“Pictures of your sister?” Kealey asked quietly.
“Yeah,” Pétain sniffed. A few tears were working their way down her face, but she didn’t seem to notice. “And not just after, either. They took pictures the whole time they were torturing her. They made a video, too. They left that playing on the VCR. We could hear her screaming when my father opened the door…It was like she was right there, inside the house.”
“Jesus Christ,” Kealey said softly. It was most depraved thing he had ever heard, and it fit right in with what he knew about the Colombian cartels. At the same time, it answered all of his questions. Machado’s intense desire to shield his remaining daughter from harm made perfect sense now, as did Pétain’s lack of remorse for the death of Kamil Ghafour. After what she’d been forced to endure, the lives of men like Ghafour must have meant very little to her. Kealey couldn’t help but wonder how she’d made it through the Agency’s intensive screening process. Her background alone should have raised enough red flags to keep her out, though he reminded himself that her father could have pulled some very long strings on her behalf.

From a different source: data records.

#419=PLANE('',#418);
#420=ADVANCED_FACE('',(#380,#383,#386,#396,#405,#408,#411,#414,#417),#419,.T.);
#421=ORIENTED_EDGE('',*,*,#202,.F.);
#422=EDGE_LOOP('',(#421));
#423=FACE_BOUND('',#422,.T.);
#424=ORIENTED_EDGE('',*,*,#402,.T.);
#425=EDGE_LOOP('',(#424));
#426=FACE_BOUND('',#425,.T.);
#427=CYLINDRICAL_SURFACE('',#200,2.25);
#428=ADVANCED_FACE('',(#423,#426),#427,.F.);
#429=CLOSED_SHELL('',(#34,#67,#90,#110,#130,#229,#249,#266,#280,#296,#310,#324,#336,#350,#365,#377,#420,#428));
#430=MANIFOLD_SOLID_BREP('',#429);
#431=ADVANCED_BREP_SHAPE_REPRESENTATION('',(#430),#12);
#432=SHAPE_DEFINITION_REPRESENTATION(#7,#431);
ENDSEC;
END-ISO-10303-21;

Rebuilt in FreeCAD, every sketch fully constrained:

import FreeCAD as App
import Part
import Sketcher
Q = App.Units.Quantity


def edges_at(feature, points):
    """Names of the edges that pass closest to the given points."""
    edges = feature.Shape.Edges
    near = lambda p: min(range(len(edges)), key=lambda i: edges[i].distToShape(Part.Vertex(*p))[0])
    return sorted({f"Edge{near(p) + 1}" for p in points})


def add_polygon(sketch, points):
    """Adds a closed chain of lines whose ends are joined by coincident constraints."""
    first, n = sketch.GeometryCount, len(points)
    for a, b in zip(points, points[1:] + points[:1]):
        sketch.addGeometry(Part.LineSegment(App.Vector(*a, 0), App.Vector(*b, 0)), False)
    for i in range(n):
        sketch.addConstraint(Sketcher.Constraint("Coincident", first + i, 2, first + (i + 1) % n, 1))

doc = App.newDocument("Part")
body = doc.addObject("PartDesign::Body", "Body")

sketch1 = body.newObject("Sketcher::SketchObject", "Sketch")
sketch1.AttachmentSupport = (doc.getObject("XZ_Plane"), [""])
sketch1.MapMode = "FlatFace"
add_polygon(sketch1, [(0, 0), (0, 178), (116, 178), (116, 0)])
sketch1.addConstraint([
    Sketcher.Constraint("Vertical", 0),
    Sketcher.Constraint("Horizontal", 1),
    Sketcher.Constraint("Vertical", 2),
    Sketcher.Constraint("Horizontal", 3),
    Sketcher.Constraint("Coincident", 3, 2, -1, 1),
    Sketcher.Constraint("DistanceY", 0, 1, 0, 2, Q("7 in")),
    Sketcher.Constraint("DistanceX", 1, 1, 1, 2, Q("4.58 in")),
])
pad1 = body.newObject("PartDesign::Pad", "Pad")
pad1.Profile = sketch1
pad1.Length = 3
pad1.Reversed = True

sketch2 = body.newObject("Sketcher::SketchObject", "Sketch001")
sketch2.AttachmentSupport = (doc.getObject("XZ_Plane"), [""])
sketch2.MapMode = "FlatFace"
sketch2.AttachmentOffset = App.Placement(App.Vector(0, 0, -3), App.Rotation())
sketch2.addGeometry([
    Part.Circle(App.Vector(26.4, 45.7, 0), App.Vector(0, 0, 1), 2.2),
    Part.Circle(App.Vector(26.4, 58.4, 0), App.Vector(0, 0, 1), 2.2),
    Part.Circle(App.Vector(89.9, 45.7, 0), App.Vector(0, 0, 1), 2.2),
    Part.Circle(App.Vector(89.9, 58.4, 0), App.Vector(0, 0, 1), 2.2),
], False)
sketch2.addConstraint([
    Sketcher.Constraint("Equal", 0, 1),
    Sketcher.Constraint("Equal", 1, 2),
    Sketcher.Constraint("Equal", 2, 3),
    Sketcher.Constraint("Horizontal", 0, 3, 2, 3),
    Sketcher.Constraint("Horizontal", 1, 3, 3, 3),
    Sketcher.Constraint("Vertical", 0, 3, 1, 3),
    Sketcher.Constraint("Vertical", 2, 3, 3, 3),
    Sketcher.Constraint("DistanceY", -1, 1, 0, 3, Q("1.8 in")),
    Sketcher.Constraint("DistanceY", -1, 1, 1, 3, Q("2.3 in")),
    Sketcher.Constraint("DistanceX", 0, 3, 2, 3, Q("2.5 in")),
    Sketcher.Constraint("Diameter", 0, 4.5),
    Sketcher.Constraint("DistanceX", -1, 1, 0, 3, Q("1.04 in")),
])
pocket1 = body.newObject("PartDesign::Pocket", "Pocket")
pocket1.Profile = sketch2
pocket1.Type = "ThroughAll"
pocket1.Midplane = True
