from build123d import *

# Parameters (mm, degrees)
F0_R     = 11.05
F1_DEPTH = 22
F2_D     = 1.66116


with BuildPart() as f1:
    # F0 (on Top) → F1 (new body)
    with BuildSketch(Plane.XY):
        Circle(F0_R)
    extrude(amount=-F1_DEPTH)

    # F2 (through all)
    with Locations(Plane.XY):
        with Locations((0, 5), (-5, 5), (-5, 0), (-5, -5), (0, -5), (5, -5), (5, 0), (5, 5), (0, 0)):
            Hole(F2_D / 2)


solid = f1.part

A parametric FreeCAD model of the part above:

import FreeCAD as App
import Part
import Sketcher
from FreeCAD import Vector

doc = App.newDocument("Part")
body = doc.addObject("PartDesign::Body", "Body")

# Sketch on XY plane
sketch1 = body.newObject("Sketcher::SketchObject", "Sketch")
sketch1.AttachmentSupport = (doc.getObject("XY_Plane"), [""])
sketch1.MapMode = "FlatFace"
sketch1.addGeometry(Part.Circle(Vector(0, 0, 0), Vector(0, 0, 1), 11), False)
sketch1.addConstraint([
    Sketcher.Constraint("Coincident", 0, 3, -1, 1),
    Sketcher.Constraint("Diameter", 0, 22.1),
])
pad1 = body.newObject("PartDesign::Pad", "Pad")
pad1.Profile = sketch1
pad1.Length = 22
pad1.Reversed = True

# Sketch on XY plane
sketch2 = body.newObject("Sketcher::SketchObject", "Sketch001")
sketch2.AttachmentSupport = (doc.getObject("XY_Plane"), [""])
sketch2.MapMode = "FlatFace"
sketch2.addGeometry([
    Part.Circle(Vector(0, 5, 0), Vector(0, 0, 1), 0.8),  # 0
    Part.Circle(Vector(-5, 5, 0), Vector(0, 0, 1), 0.8),  # 1
    Part.Circle(Vector(-5, 0, 0), Vector(0, 0, 1), 0.8),  # 2
    Part.Circle(Vector(-5, -5, 0), Vector(0, 0, 1), 0.8),  # 3
    Part.Circle(Vector(0, -5, 0), Vector(0, 0, 1), 0.8),  # 4
    Part.Circle(Vector(5, -5, 0), Vector(0, 0, 1), 0.8),  # 5
    Part.Circle(Vector(5, 0, 0), Vector(0, 0, 1), 0.8),  # 6
    Part.Circle(Vector(5, 5, 0), Vector(0, 0, 1), 0.8),  # 7
    Part.Circle(Vector(0, 0, 0), Vector(0, 0, 1), 0.8),  # 8
], False)
sketch2.addConstraint([
    Sketcher.Constraint("Coincident", 8, 3, -1, 1),
    Sketcher.Constraint("Equal", 0, 1),
    Sketcher.Constraint("Equal", 1, 2),
    Sketcher.Constraint("Equal", 2, 3),
    Sketcher.Constraint("Equal", 3, 4),
    Sketcher.Constraint("Equal", 4, 5),
    Sketcher.Constraint("Equal", 5, 6),
    Sketcher.Constraint("Equal", 6, 7),
    Sketcher.Constraint("Equal", 7, 8),
    Sketcher.Constraint("Symmetric", 0, 3, 4, 3, -1, 1),
    Sketcher.Constraint("Symmetric", 1, 3, 5, 3, -1, 1),
    Sketcher.Constraint("Symmetric", 2, 3, 6, 3, -1, 1),
    Sketcher.Constraint("Symmetric", 3, 3, 7, 3, -1, 1),
    Sketcher.Constraint("Symmetric", 3, 3, 5, 3, -2),
    Sketcher.Constraint("PointOnObject", 0, 3, -2),
    Sketcher.Constraint("PointOnObject", 2, 3, -1),
    Sketcher.Constraint("Horizontal", 0, 3, 1, 3),
    Sketcher.Constraint("Vertical", 1, 3, 2, 3),
    Sketcher.Constraint("DistanceY", -1, 1, 0, 3, 5.0),
    Sketcher.Constraint("DistanceX", 1, 3, -1, 1, 5.0),
    Sketcher.Constraint("Diameter", 0, 1.66116),
])
doc.recompute()
hole = body.newObject("PartDesign::Hole", "Hole")
hole.Profile = sketch2
hole.ThreadType = "None"
hole.Diameter = 1.66116
hole.DepthType = "ThroughAll"

doc.recompute()
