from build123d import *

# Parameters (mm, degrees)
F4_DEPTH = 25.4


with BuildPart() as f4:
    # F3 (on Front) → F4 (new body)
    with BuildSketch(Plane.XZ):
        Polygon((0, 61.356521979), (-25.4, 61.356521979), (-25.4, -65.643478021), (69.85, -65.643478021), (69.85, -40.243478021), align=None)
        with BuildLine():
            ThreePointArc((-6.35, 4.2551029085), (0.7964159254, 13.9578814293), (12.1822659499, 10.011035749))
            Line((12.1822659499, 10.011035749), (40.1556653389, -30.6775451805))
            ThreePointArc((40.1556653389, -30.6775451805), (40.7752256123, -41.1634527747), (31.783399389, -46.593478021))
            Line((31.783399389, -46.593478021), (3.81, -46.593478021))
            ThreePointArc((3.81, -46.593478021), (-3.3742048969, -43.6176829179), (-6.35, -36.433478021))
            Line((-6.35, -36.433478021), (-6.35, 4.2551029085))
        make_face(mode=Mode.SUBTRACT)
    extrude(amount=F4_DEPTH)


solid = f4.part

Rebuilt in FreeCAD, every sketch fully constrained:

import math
import FreeCAD as App
import Part
import Sketcher
from FreeCAD import Vector
Q = App.Units.Quantity


def add_polygon(sketch, points):
    """Adds a closed chain of lines whose ends are joined by coincident constraints."""
    first, n = sketch.GeometryCount, len(points)
    for a, b in zip(points, points[1:] + points[:1]):
        sketch.addGeometry(Part.LineSegment(App.Vector(*a, 0), App.Vector(*b, 0)), False)
    for i in range(n):
        sketch.addConstraint(Sketcher.Constraint("Coincident", first + i, 2, first + (i + 1) % n, 1))

doc = App.newDocument("Part")
body = doc.addObject("PartDesign::Body", "Body")

# Sketch on XZ plane
sketch1 = body.newObject("Sketcher::SketchObject", "Sketch")
sketch1.AttachmentSupport = (doc.getObject("XZ_Plane"), [""])
sketch1.MapMode = "FlatFace"
add_polygon(sketch1, [(0, 61.356522), (-25.4, 61.356522), (-25.4, -65.643478), (69.85, -65.643478), (69.85, -40.243478)])  # lines 0-4
sketch1.addGeometry(Part.LineSegment(Vector(-6.35, -36.433478, 0), Vector(-6.35, 4.255103, 0)), False)  # 5
sketch1.addGeometry(Part.ArcOfCircle(Part.Circle(Vector(3.81, 4.255103, 0), Vector(0, 0, 1), 10.16), math.radians(34.508523), math.radians(180)), False)  # 6
sketch1.addGeometry(Part.LineSegment(Vector(12.182266, 10.011036, 0), Vector(40.155665, -30.677545, 0)), False)  # 7
sketch1.addGeometry(Part.ArcOfCircle(Part.Circle(Vector(31.783399, -36.433478, 0), Vector(0, 0, 1), 10.16), math.radians(-90), math.radians(34.508523)), False)  # 8
sketch1.addGeometry(Part.LineSegment(Vector(31.783399, -46.593478, 0), Vector(3.81, -46.593478, 0)), False)  # 9
sketch1.addGeometry(Part.ArcOfCircle(Part.Circle(Vector(3.81, -36.433478, 0), Vector(0, 0, 1), 10.16), math.radians(180), math.radians(270)), False)  # 10
sketch1.addConstraint([
    Sketcher.Constraint("Tangent", 5, 2, 6, 2),
    Sketcher.Constraint("Tangent", 6, 1, 7, 1),
    Sketcher.Constraint("Tangent", 7, 2, 8, 2),
    Sketcher.Constraint("Tangent", 8, 1, 9, 1),
    Sketcher.Constraint("Tangent", 9, 2, 10, 2),
    Sketcher.Constraint("Tangent", 10, 1, 5, 1),
    Sketcher.Constraint("Horizontal", 0),
    Sketcher.Constraint("Vertical", 1),
    Sketcher.Constraint("Horizontal", 2),
    Sketcher.Constraint("Vertical", 3),
    Sketcher.Constraint("Vertical", 5),
    Sketcher.Constraint("Horizontal", 9),
    Sketcher.Constraint("Equal", 6, 8),
    Sketcher.Constraint("Equal", 8, 10),
    Sketcher.Constraint("PointOnObject", 4, 2, -2),
    Sketcher.Constraint("Parallel", 4, 7),
    Sketcher.Constraint("Equal", 0, 3),
    Sketcher.Constraint("Radius", 6, Q("0.4 in")),
    Sketcher.Constraint("DistanceX", 0, 2, 0, 1, Q("1 in")),
    Sketcher.Constraint("DistanceY", 1, 2, 1, 1, Q("5 in")),
    Sketcher.Constraint("DistanceX", 2, 1, 2, 2, Q("3.75 in")),
    Sketcher.Constraint("DistanceX", 10, 3, 2, 2, Q("2.6 in")),
    Sketcher.Constraint("DistanceY", 10, 3, 0, 2, Q("3.85 in")),
    Sketcher.Constraint("DistanceX", 9, 2, 9, 1, Q("27.973399 mm")),
    Sketcher.Constraint("DistanceY", 8, 3, -1, 1, Q("36.433478 mm")),
])
pad1 = body.newObject("PartDesign::Pad", "Pad")
pad1.Profile = sketch1
pad1.Length = Q("1 in")

doc.recompute()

“So now you know,” she said, pushing her glass away. She looked at him steadily, and Kealey saw that the tears had already dried on her cheeks. He supposed she’d had plenty of time to grieve over the past decade, and it didn’t take a genius to see that her grief had evolved into something far more dangerous. “Caroline’s death changed everything. My mother handled it as well as anyone could, but my father was devastated. He aged ten years the minute he walked into that house, and he’s never been the same.”
“And what about you?” Kealey asked quietly. “How did you deal with it?”
“Me?” She looked at him evenly, her body completely still. “I joined the Agency.”
She stood and collected her empty glass. “I know what this was about, Ryan,” she said, catching him by surprise. He knew protesting would get him nowhere, so he simply sat back and waited. “This whole conversation. You came out here to learn something about me.”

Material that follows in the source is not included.